TGF-β has been reported to be produced by many tumor cells and suppress antitumor immunity in hosts. On the other hand, TGF-β also has been shown to promote tumor angiogenesis [16]. Thus, TGF-β is considered to be profoundly involved in cancer progression. Several groups have tried to neutralize TGF-β to enhance antitumor immunity.

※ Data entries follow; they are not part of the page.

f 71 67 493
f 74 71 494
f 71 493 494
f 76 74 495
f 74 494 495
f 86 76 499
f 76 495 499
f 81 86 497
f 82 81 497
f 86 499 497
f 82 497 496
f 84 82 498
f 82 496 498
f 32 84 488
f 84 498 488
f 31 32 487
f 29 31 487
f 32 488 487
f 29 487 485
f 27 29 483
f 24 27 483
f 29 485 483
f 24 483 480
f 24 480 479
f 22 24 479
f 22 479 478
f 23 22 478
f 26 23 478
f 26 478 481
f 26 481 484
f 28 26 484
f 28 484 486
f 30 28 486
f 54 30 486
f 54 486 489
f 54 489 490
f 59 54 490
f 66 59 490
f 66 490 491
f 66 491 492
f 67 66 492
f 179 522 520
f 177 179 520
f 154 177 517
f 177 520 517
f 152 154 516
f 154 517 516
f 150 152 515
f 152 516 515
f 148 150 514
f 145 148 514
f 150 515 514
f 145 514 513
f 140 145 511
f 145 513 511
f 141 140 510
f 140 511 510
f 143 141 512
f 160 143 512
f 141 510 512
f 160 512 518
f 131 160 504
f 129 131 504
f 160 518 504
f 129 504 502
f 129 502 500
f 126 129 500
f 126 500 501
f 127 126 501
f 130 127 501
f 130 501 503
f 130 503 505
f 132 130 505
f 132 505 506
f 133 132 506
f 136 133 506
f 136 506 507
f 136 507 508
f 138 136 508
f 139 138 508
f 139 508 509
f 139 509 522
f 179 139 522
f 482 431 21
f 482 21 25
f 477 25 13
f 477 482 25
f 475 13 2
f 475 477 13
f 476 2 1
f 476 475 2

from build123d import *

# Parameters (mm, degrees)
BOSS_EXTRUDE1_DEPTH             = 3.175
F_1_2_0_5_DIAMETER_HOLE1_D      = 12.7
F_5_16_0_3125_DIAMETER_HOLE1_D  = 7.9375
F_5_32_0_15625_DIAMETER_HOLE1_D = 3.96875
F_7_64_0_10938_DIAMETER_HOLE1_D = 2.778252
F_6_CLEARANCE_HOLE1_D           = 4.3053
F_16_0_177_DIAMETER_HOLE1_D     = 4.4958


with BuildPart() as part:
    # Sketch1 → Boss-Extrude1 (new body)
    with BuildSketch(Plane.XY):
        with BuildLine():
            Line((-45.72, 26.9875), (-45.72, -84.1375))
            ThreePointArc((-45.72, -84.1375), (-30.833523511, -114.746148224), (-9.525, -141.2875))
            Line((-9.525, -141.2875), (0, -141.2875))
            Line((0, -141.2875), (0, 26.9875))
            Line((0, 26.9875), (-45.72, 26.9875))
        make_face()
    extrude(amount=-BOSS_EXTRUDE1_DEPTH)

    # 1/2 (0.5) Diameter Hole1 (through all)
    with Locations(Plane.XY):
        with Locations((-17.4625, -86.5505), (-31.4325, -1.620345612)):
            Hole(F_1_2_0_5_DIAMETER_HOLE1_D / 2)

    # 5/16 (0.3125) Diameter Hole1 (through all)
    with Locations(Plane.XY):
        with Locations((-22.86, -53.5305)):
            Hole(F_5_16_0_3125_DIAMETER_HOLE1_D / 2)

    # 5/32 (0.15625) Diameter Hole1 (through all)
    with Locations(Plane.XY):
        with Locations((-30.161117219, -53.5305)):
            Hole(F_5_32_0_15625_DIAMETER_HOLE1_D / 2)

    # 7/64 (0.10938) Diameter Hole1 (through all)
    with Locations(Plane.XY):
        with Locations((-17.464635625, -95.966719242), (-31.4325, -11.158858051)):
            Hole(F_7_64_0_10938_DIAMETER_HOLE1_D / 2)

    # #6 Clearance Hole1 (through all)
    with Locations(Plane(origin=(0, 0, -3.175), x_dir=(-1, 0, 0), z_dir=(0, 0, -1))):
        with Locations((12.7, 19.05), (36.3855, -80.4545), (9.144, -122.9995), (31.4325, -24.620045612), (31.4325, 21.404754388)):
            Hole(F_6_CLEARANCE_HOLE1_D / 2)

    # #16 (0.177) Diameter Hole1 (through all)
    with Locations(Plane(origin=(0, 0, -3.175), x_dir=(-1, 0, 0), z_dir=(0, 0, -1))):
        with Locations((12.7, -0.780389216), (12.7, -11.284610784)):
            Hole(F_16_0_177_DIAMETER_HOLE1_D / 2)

Inoculation of EL4 mouse thymoma that was genetically engineered to secrete soluble TGFβRII (sTGFβRII) prevented the growth of other tumors [19]. Neutralization by antibody against TGF-β prevented tumor growth in the presence of activated DC, but the administration of anti-TGF-β alone showed no significant antitumor effect [9]. Another group reported that transgenic mice expressing dominant-negative TGFβRII on T cells did not accept tumor cell growth and that RAG1−/− mice reconstituted by these T cells survived after tumor challenge. However, tumor prevention was only effective for the first 3 days after reconstitution of the T cells expressing dominant-negative TGFβRII, and it has not been exactly determined if blockade of TGF-β signaling induces antitumor immunity in mice carrying fully established tumors [6]. Consequently, although neutralization of TGF-β is promising, the method still contains obstacles to be overcome before it can be applied in cancer therapy.

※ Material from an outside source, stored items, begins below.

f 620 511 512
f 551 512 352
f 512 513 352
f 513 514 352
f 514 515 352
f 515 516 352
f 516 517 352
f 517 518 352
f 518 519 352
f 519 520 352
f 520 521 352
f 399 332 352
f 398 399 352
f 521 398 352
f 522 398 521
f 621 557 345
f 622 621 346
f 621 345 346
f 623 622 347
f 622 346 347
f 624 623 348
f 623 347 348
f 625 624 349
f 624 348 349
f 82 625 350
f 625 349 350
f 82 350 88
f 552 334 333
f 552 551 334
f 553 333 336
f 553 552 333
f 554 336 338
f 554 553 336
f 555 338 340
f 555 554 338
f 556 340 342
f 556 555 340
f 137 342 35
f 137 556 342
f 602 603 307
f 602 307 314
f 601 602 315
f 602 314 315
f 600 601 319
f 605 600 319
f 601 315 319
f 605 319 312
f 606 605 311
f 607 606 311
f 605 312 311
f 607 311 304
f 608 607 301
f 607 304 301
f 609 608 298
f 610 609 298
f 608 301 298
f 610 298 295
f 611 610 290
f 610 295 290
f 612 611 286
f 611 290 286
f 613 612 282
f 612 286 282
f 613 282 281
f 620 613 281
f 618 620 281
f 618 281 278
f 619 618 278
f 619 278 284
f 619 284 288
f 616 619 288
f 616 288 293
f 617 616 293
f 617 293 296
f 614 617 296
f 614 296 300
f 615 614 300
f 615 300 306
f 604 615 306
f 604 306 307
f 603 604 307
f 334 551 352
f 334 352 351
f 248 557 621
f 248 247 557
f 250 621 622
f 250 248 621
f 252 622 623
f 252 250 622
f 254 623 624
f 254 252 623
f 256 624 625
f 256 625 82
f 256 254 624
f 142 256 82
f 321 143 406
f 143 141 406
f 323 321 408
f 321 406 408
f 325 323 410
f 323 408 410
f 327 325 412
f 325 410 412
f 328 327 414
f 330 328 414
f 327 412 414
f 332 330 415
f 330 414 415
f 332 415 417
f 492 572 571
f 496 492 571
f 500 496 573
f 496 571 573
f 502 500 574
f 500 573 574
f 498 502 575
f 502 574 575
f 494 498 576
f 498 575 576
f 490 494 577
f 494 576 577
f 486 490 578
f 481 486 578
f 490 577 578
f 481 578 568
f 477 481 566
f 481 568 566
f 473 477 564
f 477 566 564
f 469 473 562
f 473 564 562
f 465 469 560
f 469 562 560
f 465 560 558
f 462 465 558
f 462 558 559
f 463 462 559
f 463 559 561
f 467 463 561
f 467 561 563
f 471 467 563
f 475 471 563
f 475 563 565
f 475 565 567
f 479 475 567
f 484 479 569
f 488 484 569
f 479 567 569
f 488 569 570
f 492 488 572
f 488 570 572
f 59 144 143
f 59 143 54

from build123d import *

In this study, we inoculated a plasmid DNA encoding soluble TGFβRII into tumor-bearing mice for neutralization of tumor-producing TGF-β. Because of easy administration, low price, and stable expression, administration of the DNA is thought to be more rational than periodical and repeated administrations of the neutralizing antibodies or soluble TGFβRII proteins. By inoculation of sTGFβRII DNA, potent cytotoxic activity specific for immunogenic tumors was spontaneously elicited, and the established tumors were eradicated without any further active antigen sensitization. Further, this treatment does not require determination of MHC alleles of patients or tumor-associated antigen (TAA) peptides. Therefore, this strategy seems to be applicable in human cancer therapy.
Materials and methods
Cells and mice
A 6- to 8-week-old female C57BL/6 mice were purchased from CLEA Japan Inc. (Tokyo, Japan) and maintained under specific-pathogen-free conditions.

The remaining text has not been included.